Context. The amplitude and morphology of light curves of Sun-like stars change substantially with increasing rotation rate: brightness variations are amplified and become more regular. This has not been explained so far.
Aims: We develop a modelling approach for calculating brightness variations of stars with various rotation rates and use it to explain the observed trends in stellar photometric variability.
Methods: We combined numerical simulations of magnetic flux emergence and transport with a model for stellar brightness variability to calculate synthetic light curves of stars as observed by the Kepler telescope. We computed the distribution of the magnetic flux on the stellar surface for various rotation rates and degrees of active-region nesting (i.e. the tendency of active regions to emerge in the vicinity of recently emerged regions). Using the resulting maps of the magnetic flux, we computed the rotational variability of our simulated stellar light curves as a function of rotation rate and nesting of magnetic features and compared our calculations to Kepler observations.

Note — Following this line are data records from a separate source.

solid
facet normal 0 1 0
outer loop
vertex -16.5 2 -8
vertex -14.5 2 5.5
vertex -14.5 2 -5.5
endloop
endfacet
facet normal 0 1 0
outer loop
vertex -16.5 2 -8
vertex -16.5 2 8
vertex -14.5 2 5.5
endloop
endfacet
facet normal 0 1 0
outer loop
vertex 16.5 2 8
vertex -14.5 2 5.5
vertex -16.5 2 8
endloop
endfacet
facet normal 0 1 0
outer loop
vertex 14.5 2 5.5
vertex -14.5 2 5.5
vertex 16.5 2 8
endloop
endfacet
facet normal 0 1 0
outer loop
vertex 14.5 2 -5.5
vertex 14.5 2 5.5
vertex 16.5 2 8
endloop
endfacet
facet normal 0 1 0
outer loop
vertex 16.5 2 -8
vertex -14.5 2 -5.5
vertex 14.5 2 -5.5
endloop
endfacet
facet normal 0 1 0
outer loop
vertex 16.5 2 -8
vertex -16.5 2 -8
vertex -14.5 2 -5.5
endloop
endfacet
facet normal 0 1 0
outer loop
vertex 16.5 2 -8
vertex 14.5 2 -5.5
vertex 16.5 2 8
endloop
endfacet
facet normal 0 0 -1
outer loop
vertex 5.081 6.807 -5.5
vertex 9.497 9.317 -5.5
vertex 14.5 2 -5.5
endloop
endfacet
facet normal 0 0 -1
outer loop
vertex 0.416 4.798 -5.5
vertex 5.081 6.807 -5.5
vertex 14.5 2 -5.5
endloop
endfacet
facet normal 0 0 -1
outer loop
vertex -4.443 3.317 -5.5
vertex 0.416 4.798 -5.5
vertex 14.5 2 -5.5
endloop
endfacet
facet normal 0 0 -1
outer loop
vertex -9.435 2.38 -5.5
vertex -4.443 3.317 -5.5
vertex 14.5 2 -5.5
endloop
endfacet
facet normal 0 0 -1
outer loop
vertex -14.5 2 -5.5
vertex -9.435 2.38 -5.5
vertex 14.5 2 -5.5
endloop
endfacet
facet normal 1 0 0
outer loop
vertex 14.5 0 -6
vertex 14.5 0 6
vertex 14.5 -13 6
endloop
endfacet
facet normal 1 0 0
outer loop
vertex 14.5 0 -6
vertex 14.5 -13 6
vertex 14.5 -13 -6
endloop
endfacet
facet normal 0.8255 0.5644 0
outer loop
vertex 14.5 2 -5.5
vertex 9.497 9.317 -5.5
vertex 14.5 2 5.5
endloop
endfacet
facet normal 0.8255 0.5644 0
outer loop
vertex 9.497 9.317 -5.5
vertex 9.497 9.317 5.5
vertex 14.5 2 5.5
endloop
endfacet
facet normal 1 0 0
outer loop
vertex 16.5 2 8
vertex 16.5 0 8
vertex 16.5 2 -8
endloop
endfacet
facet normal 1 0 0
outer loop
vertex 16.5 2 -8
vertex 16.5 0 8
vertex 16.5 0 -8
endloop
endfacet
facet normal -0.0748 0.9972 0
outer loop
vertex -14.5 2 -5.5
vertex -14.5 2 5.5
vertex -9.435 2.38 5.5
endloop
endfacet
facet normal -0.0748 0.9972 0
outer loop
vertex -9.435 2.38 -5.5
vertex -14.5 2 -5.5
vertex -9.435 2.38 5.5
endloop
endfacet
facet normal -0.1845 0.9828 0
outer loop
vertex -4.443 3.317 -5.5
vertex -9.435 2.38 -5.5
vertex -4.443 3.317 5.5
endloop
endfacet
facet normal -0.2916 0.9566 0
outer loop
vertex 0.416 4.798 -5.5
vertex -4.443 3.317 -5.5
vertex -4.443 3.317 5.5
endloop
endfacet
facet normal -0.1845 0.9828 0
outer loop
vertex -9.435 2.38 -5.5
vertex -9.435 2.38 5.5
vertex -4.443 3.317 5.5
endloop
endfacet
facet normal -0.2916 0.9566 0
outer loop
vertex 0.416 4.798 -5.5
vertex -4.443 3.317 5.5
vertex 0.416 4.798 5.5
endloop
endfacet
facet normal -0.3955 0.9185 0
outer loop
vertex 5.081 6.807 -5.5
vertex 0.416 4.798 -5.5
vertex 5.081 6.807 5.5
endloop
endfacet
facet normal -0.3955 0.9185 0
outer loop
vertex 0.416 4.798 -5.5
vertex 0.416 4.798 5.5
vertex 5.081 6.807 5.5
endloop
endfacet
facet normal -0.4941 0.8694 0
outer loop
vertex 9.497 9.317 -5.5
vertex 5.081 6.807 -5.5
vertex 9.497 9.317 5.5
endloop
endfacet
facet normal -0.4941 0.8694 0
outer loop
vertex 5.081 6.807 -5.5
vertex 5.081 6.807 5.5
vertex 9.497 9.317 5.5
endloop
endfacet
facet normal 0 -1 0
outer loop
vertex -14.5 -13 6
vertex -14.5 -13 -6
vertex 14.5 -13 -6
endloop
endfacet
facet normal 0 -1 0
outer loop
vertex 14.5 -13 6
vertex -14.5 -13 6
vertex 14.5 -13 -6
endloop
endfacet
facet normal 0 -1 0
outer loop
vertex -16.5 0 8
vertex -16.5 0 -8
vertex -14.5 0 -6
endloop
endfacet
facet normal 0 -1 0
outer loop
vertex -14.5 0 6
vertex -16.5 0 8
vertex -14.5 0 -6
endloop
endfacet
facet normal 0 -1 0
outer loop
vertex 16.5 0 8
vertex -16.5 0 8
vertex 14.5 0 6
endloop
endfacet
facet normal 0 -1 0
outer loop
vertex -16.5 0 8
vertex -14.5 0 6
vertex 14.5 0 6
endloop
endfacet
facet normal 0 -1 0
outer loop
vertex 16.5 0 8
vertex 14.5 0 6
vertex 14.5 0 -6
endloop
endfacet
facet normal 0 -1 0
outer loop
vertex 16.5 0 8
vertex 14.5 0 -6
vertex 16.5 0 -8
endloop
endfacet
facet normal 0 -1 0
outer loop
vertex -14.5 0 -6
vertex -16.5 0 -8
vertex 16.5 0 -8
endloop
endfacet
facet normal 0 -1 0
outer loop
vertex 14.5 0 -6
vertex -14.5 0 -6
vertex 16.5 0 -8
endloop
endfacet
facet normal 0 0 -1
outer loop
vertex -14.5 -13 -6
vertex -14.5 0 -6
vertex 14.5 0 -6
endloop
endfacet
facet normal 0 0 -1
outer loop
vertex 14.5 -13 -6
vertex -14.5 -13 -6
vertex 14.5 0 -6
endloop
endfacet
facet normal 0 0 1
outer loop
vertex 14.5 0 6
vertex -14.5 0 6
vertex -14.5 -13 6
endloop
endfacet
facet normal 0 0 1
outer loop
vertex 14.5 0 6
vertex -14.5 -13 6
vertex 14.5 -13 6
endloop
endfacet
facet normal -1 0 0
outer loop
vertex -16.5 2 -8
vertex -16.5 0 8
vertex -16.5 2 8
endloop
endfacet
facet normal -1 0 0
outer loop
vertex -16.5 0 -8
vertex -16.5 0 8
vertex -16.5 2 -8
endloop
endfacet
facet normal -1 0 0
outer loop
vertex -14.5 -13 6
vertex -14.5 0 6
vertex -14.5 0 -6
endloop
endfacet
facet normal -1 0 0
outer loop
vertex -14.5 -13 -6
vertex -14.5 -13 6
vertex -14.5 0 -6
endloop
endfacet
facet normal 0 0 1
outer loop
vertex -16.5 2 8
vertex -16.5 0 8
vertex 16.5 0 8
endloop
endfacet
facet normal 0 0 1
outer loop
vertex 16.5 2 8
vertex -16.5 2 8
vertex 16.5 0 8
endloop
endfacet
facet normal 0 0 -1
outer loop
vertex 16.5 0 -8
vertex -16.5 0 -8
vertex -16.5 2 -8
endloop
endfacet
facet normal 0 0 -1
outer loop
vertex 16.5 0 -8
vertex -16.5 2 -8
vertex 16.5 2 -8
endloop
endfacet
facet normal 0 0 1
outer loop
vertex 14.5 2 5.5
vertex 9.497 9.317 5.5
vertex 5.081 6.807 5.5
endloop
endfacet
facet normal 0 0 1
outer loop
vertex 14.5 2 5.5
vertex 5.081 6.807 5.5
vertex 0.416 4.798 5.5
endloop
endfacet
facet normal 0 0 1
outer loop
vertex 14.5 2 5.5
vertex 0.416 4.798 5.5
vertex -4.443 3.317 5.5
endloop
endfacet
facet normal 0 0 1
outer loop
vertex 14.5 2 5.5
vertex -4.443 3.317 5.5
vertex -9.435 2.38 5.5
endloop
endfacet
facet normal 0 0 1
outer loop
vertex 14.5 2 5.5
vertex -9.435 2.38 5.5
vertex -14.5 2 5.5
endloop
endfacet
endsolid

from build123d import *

# Parameters (mm, degrees)
SKETCH_1_W      = 33
SKETCH_1_H      = 16
EXTRUDE_1_DEPTH = 2
EXTRUDE_2_DEPTH = 5.5
SKETCH_3_W      = 29
SKETCH_3_H      = 12
EXTRUDE_3_DEPTH = 13


with BuildPart() as part:
    # 草图1 → 凸台-拉伸1 (new body)
    with BuildSketch(Plane(origin=(0, 0, 0), x_dir=(1, 0, 0), z_dir=(0, 1, 0))):
        Rectangle(SKETCH_1_W, SKETCH_1_H)
    extrude(amount=EXTRUDE_1_DEPTH)

    # 草图2 → 凸台-拉伸2 (add, symmetric)
    with BuildSketch(Plane.XY):
        with BuildLine():
            ThreePointArc((-14.5, 2), (-1.99286503, 3.990553371), (9.496887626, 9.317495439))
            Line((9.496887626, 9.317495439), (14.5, 2))
            Line((14.5, 2), (-14.5, 2))
        make_face()
    extrude(amount=EXTRUDE_2_DEPTH, both=True)

    # 草图3 → 凸台-拉伸3 (add)
    with BuildSketch(Plane(origin=(0, 0, 0), x_dir=(1, 0, 0), z_dir=(0, 1, 0))):
        Rectangle(SKETCH_3_W, SKETCH_3_H)
    extrude(amount=-EXTRUDE_3_DEPTH)


solid = part.part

Results: We show that both the rotation rate and the degree of nesting have a strong impact on the amplitude and morphology of stellar light curves. In order to explain the variability of most of the Kepler targets with known rotation rates, we need to increase the degree of nesting to values that are much higher than the values on the Sun.
Conclusions: The suggested increase in nesting with the rotation rate can provide clues about the flux emergence process for high levels of stellar activity.